Instructions for the task –
For the entries below, repeat exactly each line starting with the one that contains "f 232 230 231" and going on through the one that contains "f 246 247 249", and no others.
*** Records for this task ***
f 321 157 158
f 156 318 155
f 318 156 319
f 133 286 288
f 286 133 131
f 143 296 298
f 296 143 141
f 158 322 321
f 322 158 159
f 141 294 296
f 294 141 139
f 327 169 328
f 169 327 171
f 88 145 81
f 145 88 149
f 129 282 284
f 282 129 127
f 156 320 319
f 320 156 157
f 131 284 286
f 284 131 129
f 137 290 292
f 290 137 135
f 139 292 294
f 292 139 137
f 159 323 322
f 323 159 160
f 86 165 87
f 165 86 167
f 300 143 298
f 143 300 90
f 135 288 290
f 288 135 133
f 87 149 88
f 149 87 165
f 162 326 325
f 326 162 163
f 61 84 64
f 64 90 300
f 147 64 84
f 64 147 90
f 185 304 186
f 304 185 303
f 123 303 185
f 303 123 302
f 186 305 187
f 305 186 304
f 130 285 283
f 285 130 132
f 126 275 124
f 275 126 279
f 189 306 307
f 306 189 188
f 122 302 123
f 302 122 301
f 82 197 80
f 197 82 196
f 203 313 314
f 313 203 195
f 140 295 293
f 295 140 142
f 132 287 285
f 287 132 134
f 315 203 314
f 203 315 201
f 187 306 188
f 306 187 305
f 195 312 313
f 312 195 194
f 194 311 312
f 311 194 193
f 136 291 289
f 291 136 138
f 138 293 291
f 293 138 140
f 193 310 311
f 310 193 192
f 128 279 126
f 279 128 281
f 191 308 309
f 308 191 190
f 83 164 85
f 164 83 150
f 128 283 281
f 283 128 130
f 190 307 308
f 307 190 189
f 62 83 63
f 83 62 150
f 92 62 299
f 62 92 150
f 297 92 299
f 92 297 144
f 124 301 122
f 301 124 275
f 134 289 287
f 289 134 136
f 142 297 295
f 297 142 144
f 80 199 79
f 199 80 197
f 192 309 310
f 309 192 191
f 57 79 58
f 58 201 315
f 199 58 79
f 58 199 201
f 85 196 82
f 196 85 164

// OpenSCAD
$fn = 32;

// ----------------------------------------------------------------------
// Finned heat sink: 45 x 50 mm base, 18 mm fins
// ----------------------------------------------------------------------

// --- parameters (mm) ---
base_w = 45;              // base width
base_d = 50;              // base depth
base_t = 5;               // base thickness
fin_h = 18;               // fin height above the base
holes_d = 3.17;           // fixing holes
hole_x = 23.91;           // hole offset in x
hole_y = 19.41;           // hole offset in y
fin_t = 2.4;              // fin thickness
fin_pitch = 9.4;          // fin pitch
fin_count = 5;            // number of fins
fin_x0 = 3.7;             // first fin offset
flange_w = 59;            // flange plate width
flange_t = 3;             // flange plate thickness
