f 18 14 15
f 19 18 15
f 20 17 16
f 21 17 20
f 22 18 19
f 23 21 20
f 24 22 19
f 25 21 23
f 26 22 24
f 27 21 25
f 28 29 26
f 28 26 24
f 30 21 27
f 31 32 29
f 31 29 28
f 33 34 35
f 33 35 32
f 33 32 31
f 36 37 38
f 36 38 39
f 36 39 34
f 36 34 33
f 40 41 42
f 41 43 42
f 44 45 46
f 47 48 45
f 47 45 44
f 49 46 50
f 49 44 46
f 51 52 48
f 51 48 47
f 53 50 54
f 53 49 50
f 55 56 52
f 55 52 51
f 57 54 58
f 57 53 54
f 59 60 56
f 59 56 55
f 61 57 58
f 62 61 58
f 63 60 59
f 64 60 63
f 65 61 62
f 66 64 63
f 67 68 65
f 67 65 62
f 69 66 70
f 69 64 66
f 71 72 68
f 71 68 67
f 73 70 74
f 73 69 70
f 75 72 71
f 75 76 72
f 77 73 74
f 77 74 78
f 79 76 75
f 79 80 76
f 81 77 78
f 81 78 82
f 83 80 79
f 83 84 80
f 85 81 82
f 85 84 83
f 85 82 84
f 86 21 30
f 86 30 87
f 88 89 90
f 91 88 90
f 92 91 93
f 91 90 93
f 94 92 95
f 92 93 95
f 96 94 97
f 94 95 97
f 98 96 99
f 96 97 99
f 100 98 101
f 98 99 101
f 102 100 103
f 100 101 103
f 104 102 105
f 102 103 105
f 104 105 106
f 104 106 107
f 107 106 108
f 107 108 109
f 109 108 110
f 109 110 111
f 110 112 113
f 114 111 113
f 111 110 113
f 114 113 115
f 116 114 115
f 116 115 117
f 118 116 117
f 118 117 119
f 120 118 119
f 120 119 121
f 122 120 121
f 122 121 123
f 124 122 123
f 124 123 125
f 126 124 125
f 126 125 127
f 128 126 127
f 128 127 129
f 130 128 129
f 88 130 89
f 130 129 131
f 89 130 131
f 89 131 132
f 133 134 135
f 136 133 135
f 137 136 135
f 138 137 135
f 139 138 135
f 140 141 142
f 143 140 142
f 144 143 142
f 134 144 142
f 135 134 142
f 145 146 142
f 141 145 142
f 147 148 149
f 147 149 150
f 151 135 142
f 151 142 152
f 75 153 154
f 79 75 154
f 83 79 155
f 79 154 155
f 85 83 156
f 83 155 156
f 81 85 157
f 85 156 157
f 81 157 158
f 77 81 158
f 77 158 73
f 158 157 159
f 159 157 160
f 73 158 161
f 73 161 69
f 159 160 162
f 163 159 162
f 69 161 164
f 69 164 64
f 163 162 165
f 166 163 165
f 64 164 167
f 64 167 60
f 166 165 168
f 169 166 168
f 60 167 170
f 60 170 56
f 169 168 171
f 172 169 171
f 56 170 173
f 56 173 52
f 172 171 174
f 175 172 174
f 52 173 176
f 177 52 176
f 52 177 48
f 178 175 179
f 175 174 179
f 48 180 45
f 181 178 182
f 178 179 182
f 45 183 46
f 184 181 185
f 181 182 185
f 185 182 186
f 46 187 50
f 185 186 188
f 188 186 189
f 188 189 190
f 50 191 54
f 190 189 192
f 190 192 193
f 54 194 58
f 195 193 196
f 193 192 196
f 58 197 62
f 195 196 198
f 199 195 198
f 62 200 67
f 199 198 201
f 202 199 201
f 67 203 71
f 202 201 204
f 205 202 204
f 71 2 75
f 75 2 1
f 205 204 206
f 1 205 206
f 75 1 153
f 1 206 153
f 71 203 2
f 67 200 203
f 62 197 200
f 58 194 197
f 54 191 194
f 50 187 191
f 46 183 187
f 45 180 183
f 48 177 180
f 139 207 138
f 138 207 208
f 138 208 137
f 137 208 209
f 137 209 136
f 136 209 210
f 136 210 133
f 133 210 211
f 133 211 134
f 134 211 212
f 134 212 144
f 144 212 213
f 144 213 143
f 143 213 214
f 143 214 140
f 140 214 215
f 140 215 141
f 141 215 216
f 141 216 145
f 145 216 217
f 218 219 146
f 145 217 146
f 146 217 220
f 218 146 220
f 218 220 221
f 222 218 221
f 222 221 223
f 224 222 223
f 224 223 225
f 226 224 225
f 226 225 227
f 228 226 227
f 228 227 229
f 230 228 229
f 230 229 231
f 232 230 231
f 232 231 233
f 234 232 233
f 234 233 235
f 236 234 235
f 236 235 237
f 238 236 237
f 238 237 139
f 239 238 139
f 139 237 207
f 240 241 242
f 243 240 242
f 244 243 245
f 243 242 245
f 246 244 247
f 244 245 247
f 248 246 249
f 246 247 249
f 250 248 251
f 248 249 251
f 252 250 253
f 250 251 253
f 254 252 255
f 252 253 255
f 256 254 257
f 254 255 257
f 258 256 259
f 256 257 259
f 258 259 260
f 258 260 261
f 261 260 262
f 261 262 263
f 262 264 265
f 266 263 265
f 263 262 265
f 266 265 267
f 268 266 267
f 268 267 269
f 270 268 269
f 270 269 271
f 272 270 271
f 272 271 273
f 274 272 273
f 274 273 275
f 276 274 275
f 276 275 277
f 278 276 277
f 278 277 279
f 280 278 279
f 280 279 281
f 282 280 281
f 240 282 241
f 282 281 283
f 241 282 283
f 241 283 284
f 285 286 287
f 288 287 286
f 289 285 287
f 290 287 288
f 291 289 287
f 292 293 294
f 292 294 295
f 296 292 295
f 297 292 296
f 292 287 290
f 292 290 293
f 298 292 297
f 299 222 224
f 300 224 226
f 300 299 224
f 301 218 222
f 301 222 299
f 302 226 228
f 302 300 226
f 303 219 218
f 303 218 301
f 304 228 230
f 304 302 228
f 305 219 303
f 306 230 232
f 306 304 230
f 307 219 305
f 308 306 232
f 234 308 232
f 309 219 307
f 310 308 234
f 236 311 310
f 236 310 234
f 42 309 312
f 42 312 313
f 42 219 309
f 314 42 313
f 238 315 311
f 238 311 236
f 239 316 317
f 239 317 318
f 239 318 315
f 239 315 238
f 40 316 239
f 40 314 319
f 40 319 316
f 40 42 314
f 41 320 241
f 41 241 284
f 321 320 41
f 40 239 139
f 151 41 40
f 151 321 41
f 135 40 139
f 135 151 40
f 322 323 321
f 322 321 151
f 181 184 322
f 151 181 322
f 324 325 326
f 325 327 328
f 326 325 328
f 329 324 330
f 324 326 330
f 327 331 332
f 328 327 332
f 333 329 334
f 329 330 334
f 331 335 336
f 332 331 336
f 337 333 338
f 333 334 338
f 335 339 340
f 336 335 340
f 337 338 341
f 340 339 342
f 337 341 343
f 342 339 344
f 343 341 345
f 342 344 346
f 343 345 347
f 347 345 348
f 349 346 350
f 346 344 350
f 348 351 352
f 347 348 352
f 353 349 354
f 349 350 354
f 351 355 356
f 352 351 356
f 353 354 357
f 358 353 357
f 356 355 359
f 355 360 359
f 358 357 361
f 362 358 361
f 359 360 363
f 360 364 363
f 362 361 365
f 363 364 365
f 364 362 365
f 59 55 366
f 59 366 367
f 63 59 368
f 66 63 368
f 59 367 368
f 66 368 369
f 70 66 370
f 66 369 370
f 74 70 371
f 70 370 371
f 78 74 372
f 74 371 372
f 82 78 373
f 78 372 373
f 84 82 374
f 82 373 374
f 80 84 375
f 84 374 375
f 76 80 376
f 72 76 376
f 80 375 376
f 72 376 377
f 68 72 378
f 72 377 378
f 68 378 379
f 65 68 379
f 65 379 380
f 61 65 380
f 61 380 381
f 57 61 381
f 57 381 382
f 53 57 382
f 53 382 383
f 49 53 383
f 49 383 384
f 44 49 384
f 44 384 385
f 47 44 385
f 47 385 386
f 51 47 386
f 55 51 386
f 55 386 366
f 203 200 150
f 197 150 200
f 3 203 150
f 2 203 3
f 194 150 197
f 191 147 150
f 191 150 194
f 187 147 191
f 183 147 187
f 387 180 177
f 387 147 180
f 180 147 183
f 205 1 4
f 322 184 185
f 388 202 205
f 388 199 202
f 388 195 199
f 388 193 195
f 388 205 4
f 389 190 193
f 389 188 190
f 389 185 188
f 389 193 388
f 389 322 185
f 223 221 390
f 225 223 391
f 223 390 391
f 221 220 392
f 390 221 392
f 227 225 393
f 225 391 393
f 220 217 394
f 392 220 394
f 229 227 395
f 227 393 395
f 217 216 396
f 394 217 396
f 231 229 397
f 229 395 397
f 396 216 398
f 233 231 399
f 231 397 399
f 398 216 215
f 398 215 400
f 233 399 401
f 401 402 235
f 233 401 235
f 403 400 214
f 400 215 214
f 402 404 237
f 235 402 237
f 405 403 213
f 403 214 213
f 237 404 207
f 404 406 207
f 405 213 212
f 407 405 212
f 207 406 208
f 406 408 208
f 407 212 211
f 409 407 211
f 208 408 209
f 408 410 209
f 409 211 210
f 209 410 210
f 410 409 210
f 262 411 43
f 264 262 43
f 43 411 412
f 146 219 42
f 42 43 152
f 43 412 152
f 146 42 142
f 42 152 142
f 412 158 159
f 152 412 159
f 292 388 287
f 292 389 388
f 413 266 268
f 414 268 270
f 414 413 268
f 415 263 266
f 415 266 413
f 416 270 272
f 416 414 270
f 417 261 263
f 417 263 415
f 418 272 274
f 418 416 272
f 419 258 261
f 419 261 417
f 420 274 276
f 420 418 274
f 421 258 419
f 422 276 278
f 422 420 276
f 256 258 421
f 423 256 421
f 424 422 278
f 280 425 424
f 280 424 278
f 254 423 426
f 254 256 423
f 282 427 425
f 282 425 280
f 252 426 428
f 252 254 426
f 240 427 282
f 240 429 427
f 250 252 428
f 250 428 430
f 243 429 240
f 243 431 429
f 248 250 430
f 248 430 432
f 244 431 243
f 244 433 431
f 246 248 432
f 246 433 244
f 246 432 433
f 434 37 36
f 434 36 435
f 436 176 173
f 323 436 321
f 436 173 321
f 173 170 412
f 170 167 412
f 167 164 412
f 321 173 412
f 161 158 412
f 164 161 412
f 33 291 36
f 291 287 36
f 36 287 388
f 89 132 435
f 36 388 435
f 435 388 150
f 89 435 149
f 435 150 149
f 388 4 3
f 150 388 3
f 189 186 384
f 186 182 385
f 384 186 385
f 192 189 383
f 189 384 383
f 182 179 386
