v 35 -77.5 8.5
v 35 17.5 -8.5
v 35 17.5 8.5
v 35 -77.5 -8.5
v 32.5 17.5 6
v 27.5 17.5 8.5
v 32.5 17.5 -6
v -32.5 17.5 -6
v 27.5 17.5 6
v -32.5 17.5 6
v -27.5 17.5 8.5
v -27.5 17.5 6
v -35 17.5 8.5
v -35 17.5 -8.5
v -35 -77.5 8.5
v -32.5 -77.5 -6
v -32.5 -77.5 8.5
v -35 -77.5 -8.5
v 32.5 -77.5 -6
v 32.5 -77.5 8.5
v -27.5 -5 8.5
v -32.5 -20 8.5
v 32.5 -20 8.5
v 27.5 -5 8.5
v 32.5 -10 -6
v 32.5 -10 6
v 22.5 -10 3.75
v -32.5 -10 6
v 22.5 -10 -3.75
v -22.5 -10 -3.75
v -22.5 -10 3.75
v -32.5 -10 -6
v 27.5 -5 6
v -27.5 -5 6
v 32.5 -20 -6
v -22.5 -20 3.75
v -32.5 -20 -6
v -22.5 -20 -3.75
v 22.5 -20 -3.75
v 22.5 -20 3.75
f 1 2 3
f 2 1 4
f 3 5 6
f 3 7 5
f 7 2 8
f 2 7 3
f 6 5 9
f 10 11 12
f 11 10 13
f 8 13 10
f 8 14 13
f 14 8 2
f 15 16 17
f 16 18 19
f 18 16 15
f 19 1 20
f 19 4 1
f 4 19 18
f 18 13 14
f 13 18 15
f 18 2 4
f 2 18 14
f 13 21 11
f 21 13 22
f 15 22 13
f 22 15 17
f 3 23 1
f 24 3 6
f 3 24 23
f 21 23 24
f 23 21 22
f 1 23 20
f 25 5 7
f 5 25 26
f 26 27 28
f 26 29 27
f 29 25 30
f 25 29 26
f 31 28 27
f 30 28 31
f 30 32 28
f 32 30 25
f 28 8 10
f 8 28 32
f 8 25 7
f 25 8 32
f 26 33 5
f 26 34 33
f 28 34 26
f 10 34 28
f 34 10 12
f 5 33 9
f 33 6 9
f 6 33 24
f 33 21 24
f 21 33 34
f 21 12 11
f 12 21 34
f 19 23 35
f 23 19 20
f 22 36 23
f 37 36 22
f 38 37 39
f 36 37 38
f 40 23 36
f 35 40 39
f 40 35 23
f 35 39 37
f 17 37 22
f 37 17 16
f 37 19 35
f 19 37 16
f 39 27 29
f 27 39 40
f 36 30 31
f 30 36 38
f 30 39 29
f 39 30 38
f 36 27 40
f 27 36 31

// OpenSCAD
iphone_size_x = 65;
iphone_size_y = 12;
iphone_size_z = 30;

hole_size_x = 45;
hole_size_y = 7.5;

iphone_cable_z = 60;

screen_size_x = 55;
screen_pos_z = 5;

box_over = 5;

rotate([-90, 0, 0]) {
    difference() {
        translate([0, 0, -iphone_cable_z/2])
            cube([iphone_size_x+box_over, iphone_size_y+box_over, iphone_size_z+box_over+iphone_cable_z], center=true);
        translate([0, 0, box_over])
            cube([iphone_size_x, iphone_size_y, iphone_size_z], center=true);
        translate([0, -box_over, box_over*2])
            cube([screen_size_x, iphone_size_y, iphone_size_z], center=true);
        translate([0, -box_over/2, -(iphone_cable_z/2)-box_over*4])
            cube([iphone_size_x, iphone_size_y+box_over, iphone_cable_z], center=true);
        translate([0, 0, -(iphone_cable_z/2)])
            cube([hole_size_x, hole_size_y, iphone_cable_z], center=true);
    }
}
***
Result of this exercise –
f 232 230 231
f 232 231 233
f 234 232 233
f 234 233 235
f 236 234 235
f 236 235 237
f 238 236 237
f 238 237 139
f 239 238 139
f 139 237 207
f 240 241 242
f 243 240 242
f 244 243 245
f 243 242 245
f 246 244 247
f 244 245 247
f 248 246 249
f 246 247 249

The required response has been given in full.